Any of the following can be used 
- बड़ाई की बात करना (badai ki baat karnaa)
- डींग मारना / डींग हाँकना (ding maarnaa / ding haaknaa)


----------



## bakshink

Following and maybe many more words can be used to describe merit, skill, excellence
  गुणवत्ता, कुशलता, कौशल, उत्तमता, निपुणता, प्रवीणता, विद्या,
  उसने नृत्य में अपनी गुणवत्ता का प्रदर्शन दिया।


----------



## cweeetguy2000

The exact term for showing off is aadambar I can't write that in Devanagiri.


----------



## cweeetguy2000

Also the answer to your question of बघारना is, yes बघारना is used for something which is being spiced up.


----------



## cweeetguy2000

The exact term for showing off is 'ostentation = aadambar' I can't write thatt in Devanagiri.

For showing off skills the term is 'Pradarshan'.

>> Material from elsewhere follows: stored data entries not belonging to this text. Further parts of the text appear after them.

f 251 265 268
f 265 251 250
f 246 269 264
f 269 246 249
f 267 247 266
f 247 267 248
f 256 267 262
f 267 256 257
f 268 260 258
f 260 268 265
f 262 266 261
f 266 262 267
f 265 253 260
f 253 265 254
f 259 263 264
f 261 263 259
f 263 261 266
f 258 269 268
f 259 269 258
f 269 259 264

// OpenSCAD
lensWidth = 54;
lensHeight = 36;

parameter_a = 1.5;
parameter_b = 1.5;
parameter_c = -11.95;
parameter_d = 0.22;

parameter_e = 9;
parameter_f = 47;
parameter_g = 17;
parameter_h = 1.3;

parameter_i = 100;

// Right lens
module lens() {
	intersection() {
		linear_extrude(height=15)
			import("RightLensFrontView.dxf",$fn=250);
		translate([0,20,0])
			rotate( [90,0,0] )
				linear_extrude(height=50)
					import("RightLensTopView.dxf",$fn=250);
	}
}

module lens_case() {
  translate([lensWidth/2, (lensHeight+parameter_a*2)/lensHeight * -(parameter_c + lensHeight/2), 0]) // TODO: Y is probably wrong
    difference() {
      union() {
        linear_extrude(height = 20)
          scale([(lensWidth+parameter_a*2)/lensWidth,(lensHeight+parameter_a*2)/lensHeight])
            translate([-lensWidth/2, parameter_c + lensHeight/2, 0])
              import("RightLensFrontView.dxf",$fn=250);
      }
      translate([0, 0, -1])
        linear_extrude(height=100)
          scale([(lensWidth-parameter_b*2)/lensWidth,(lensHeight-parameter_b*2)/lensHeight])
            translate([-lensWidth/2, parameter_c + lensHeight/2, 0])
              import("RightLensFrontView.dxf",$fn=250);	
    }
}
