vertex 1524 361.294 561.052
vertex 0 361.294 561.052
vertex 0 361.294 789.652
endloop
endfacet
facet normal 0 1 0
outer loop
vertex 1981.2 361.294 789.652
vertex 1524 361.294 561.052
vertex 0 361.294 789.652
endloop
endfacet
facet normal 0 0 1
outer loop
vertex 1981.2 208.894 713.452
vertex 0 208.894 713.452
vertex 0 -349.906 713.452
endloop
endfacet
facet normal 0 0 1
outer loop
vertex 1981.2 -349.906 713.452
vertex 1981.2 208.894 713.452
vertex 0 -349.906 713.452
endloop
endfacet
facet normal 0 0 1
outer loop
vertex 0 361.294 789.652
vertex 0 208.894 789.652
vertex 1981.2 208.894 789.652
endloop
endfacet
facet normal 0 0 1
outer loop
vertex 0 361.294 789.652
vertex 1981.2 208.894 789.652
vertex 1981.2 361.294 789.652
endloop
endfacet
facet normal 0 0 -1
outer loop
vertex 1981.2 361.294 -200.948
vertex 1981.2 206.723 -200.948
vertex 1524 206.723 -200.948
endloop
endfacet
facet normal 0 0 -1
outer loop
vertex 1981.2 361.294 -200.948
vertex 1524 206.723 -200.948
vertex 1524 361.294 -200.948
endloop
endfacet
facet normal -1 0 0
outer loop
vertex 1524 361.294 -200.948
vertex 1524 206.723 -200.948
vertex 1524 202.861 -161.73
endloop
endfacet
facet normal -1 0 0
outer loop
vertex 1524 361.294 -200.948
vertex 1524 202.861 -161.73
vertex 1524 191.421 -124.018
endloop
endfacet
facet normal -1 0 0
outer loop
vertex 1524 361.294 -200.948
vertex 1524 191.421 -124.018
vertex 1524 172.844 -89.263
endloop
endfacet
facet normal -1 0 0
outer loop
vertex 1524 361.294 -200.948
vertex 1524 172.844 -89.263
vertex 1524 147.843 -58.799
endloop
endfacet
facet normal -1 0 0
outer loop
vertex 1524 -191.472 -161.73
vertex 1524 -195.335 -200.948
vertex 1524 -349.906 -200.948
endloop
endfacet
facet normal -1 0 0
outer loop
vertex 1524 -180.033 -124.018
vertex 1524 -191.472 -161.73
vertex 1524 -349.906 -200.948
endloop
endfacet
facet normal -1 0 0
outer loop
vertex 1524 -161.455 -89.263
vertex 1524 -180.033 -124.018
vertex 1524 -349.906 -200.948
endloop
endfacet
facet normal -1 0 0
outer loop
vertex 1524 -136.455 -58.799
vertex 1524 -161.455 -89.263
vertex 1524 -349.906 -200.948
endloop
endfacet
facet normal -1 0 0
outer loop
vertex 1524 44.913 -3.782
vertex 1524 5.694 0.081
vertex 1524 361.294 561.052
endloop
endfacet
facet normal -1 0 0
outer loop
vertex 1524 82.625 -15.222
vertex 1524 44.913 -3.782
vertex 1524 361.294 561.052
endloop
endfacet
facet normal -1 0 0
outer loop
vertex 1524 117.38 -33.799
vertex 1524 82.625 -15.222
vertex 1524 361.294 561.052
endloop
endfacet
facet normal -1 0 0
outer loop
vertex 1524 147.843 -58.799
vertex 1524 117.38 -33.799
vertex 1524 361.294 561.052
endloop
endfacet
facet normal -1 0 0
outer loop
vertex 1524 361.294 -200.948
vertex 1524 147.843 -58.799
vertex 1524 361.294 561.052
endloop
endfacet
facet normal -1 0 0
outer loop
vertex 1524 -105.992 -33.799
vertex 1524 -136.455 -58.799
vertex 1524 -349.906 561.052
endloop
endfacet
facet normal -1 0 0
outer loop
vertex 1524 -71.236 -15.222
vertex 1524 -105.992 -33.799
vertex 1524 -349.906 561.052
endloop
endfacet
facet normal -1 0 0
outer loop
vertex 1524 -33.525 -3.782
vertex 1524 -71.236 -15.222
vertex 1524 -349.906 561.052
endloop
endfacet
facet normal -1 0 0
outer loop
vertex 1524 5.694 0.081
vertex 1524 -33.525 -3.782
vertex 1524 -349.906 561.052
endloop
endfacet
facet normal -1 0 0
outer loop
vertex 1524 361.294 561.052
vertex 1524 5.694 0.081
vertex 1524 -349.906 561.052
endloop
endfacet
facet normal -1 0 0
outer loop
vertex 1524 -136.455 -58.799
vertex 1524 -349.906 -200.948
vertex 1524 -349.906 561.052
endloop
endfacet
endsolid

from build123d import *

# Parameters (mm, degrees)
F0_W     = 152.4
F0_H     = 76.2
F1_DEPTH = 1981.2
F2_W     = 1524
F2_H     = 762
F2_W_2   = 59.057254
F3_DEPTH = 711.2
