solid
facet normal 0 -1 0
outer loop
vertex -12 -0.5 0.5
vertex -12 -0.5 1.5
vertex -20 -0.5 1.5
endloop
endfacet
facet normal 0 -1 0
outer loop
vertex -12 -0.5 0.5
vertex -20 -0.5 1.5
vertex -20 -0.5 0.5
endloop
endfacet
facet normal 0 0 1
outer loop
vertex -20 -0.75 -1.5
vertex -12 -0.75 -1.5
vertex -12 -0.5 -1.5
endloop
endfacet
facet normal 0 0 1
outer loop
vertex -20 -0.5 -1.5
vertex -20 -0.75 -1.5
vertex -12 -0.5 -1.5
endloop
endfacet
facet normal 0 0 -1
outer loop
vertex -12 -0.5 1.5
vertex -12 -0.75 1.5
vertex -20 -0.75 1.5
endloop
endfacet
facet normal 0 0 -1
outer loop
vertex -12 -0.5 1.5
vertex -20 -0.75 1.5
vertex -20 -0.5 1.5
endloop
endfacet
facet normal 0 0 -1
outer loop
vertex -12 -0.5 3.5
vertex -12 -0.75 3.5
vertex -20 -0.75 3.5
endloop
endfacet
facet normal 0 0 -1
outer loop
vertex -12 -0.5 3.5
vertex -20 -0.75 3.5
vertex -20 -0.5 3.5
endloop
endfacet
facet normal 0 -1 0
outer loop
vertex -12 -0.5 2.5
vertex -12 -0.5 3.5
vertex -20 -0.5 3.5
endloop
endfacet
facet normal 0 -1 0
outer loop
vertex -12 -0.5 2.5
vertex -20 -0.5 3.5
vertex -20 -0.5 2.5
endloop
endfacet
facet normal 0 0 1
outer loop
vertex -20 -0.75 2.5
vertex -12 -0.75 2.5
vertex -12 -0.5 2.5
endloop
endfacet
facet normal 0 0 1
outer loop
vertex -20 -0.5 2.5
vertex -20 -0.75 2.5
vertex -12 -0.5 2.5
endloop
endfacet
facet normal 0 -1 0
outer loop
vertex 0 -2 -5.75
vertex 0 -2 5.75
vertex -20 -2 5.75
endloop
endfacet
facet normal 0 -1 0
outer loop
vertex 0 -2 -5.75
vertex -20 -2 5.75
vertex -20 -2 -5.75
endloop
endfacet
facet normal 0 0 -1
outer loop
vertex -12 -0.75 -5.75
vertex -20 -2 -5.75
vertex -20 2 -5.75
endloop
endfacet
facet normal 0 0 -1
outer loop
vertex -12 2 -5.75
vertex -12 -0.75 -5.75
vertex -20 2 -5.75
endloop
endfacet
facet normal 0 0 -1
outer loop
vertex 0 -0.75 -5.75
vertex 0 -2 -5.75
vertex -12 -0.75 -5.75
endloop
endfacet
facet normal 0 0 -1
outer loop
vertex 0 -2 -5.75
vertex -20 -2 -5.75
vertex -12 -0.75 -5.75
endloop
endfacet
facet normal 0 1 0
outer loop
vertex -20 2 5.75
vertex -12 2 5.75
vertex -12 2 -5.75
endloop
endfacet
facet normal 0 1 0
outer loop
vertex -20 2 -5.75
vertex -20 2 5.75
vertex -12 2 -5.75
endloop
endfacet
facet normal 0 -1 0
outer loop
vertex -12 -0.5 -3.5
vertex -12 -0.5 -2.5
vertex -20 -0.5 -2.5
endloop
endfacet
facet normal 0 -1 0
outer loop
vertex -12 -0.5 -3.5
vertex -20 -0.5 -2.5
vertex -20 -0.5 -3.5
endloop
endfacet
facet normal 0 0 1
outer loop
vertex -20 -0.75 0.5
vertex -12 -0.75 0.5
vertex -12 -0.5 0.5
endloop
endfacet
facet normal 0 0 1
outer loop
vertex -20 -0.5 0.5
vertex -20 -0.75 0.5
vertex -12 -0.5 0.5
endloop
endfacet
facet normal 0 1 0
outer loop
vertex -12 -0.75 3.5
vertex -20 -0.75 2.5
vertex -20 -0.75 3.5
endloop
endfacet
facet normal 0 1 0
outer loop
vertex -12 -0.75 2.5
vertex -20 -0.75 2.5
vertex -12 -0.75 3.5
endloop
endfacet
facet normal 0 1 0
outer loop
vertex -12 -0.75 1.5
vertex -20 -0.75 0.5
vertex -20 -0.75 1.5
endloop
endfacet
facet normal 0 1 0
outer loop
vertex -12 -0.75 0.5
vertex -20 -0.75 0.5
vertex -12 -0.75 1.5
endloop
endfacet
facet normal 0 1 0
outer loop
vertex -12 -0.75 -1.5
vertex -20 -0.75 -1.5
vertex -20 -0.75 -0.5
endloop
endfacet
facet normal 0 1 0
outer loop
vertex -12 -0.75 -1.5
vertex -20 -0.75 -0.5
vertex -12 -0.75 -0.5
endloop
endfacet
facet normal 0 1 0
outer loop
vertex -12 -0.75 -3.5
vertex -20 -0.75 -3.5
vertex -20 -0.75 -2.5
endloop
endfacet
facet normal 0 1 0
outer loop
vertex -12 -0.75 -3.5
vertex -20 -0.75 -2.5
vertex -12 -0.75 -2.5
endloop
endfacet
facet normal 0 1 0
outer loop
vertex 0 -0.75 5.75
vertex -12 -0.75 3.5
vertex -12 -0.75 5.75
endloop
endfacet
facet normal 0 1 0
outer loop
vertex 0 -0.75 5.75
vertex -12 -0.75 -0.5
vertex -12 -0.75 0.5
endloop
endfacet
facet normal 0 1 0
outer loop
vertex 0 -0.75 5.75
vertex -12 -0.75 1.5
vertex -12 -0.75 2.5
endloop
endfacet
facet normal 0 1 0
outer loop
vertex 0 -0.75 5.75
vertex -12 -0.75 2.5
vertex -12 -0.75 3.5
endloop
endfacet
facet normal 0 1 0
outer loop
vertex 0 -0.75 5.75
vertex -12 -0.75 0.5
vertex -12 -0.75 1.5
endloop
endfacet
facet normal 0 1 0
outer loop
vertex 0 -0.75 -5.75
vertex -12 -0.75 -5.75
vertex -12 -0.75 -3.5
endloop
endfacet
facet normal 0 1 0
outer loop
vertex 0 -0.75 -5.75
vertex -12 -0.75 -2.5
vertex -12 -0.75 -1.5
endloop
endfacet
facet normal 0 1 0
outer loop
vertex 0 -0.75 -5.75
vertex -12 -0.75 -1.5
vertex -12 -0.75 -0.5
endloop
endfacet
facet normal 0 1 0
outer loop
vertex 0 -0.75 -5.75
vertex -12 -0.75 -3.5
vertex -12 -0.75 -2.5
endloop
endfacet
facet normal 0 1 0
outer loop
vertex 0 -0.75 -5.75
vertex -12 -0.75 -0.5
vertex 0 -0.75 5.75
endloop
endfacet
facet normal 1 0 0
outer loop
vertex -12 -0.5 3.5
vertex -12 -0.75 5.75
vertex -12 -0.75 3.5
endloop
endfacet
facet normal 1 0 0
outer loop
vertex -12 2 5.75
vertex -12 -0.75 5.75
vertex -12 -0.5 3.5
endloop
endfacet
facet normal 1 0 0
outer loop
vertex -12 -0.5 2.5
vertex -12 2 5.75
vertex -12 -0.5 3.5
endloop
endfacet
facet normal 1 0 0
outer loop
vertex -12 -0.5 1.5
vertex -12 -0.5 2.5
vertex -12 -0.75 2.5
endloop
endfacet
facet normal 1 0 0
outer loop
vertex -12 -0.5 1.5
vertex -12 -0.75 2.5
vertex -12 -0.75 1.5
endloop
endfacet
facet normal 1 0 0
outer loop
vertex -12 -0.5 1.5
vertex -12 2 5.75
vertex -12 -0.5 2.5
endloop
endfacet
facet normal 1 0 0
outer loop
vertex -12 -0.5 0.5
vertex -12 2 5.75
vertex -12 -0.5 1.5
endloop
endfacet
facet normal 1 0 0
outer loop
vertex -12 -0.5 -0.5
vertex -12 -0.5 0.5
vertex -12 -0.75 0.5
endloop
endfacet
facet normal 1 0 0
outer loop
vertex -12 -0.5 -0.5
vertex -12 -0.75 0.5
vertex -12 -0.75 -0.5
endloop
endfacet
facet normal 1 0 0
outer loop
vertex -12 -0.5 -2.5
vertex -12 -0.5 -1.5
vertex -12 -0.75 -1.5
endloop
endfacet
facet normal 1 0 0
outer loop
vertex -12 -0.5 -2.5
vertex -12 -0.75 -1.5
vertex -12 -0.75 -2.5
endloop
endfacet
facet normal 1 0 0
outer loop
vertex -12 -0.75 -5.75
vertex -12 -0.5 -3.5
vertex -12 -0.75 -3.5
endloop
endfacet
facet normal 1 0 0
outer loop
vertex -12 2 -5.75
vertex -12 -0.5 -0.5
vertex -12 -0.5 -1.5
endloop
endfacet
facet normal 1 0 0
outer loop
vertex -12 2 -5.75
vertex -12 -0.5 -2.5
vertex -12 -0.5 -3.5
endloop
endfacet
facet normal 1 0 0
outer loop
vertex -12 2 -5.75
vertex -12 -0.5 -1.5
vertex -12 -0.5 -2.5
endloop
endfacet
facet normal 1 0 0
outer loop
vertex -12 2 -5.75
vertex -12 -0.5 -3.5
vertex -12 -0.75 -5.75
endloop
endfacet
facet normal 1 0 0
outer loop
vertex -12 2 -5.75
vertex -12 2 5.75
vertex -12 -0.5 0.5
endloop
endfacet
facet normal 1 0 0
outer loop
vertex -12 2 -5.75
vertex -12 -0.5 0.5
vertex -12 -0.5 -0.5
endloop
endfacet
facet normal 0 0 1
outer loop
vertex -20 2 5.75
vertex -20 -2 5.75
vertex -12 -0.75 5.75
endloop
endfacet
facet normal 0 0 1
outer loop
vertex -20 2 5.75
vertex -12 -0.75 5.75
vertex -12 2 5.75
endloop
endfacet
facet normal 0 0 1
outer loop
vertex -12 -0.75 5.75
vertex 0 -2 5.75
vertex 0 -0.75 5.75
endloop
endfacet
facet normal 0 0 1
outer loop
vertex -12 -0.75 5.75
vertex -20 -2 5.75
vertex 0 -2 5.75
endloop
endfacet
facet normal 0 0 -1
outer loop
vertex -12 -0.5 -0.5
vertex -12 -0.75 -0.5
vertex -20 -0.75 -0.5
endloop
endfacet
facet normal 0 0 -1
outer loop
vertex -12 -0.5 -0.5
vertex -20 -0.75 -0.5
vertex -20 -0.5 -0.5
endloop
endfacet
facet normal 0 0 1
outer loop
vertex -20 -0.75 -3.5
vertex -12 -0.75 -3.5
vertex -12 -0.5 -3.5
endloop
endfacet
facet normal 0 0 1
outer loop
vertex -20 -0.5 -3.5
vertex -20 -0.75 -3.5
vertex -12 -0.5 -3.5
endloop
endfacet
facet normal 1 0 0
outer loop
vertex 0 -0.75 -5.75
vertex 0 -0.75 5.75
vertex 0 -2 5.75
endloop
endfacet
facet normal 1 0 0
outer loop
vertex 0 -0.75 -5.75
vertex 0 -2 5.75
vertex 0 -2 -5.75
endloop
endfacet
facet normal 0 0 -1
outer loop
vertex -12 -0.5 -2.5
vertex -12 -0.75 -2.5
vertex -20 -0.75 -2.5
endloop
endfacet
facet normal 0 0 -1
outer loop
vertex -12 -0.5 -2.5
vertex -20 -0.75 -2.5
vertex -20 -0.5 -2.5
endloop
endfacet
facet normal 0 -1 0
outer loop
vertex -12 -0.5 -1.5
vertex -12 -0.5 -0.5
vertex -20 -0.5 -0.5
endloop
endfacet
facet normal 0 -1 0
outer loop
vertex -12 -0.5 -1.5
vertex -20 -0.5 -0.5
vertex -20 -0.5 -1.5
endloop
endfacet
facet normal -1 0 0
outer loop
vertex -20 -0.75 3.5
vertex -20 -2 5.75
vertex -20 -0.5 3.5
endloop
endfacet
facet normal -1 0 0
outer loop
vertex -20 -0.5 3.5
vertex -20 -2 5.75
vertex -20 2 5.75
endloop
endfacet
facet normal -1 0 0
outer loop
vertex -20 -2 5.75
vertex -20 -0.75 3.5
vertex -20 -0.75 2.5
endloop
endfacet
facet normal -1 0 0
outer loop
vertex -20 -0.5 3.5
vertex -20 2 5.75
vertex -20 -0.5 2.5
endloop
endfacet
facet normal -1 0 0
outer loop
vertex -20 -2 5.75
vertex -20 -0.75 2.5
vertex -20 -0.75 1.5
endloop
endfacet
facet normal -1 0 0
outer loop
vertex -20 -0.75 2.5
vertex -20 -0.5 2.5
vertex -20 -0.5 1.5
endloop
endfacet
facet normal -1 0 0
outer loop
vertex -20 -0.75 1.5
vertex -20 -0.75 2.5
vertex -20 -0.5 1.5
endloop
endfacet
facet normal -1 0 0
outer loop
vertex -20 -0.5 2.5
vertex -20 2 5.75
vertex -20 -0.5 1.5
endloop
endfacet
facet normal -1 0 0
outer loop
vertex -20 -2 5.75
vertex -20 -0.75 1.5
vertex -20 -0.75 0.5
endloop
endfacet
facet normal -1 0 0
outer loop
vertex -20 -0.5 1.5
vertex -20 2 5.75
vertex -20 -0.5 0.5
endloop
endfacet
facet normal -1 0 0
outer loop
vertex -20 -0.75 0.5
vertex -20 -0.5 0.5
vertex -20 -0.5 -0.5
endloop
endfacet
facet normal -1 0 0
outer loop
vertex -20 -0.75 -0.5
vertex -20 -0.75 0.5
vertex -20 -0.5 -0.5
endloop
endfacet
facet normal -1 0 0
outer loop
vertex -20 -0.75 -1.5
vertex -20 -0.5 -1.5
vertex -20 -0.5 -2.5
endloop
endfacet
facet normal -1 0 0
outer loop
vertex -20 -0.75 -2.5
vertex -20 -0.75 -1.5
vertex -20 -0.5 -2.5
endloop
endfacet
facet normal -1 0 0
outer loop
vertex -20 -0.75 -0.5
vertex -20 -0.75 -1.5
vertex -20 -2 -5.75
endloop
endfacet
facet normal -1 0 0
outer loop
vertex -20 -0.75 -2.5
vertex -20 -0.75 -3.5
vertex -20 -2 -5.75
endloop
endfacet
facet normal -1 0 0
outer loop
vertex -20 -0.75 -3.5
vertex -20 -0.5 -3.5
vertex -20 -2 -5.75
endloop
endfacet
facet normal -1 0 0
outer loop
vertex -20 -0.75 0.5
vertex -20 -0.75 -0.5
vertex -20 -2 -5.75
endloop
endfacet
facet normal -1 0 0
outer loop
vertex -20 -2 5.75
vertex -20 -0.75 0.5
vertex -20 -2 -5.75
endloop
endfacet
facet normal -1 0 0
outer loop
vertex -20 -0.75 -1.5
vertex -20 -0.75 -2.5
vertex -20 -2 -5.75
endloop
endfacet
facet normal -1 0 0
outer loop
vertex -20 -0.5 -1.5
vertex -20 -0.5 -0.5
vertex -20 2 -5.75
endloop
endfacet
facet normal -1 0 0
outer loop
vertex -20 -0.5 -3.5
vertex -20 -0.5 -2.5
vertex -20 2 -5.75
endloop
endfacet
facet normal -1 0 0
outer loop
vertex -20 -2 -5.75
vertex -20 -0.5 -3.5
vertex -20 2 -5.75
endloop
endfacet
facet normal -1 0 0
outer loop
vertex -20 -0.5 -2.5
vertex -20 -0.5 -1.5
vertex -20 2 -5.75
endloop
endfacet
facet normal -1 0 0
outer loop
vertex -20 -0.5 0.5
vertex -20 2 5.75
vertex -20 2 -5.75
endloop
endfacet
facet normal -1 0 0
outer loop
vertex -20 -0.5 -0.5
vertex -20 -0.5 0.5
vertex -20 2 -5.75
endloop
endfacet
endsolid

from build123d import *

# Parameters (mm, degrees)
INSULATOR_BODY_SKETCH_W    = 11.5
INSULATOR_BODY_SKETCH_H    = 4
INSULATOR_BODY_DEPTH       = 20
INSULATOR_TONGUE_SKETCH_W  = 12
INSULATOR_TONGUE_SKETCH_H  = 11.5
INSULATOR_TONGUE_DEPTH     = 2.75
CONTACT_SLOT_SKETCH_W      = 1
CONTACT_SLOT_SKETCH_H      = 0.25
CONTACT_SLOT_DEPTH         = 9
CONTACT_SLOT_PATTERN_COUNT = 4
CONTACT_SLOT_PATTERN_PITCH = 2


with BuildPart() as part:
    # Insulator_body_sketch → Insulator_body (new body)
    with BuildSketch(Plane(origin=(0, 0, 0), x_dir=(0, 0, -1), z_dir=(1, 0, 0))):
        Rectangle(INSULATOR_BODY_SKETCH_W, INSULATOR_BODY_SKETCH_H)
    extrude(amount=-INSULATOR_BODY_DEPTH)

    # Insulator_tongue_sketch → Insulator_tongue (cut)
    with BuildSketch(Plane(origin=(0, 2, 0), x_dir=(1, 0, 0), z_dir=(0, 1, 0))):
        with Locations((-6, 0)):
            Rectangle(INSULATOR_TONGUE_SKETCH_W, INSULATOR_TONGUE_SKETCH_H)
    extrude(amount=-INSULATOR_TONGUE_DEPTH, mode=Mode.SUBTRACT)

    # Contact_slot_sketch → Contact_slot (cut, through all)
    with BuildSketch(Plane(origin=(-12, 0, 0), x_dir=(0, 0, -1), z_dir=(1, 0, 0))):
        with Locations((-3, -0.625)):
            Rectangle(CONTACT_SLOT_SKETCH_W, CONTACT_SLOT_SKETCH_H)
    contact_slot = extrude(amount=-CONTACT_SLOT_DEPTH, mode=Mode.SUBTRACT)

    # Contact_slot_pattern: Contact_slot ×4
    with Locations(*[(0, 0, -i * CONTACT_SLOT_PATTERN_PITCH) for i in range(1, CONTACT_SLOT_PATTERN_COUNT)]):
        add(contact_slot, mode=Mode.SUBTRACT)


solid = part.part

apni kala ka pradarshan karna.

To show off one's skills


----------



## shaloo

Nice efforts by all... Another way, in simple words:

You could just say "dikhaana" which translates to "showing somebody something"
eg:

woh dikhaana chahti hain - she wants to show/ she wants to show off

(Here, the meaning could be plain, as in she wants to show something, in a very natural way... and it could mean she wants to show off something she possesses, in pride or in an unnatural way... it quite depends on the context, intonation and the intention of the speaker... the meaning is understood just by the way you say it!)


----------



## omlick

albondiga said:


> Hi all,
> 
> What words or phrases are used in Hindi to express the concept of "showing off"? (Or, as the dictionary says, "to seek to gain attention by displaying prominently one's abilities or accomplishments"...)
> 
> [The closest I've encountered before is शेखी बघारना , which seems to mean "bragging" or "boasting" with words, but I assume cannot be used for someone "showing off" with their actions, right? related side question: can बघारना be used with anything besides शेखी? I've never heard it in other contexts...]
> 
> Anyway, I don't have any specific context, but if someone's showing off their athletic skills or musical skills or whatever, how would you say to them that they are showing off?
> 
> 
> 
> 
> Thanks!


 
In my database I have this:  अपनी धाक जमाना  

So if someone is showing off in front of you and it is getting obnoxious I guess you can say to them:  apnii dhaak jamaanaa ba.nd karo!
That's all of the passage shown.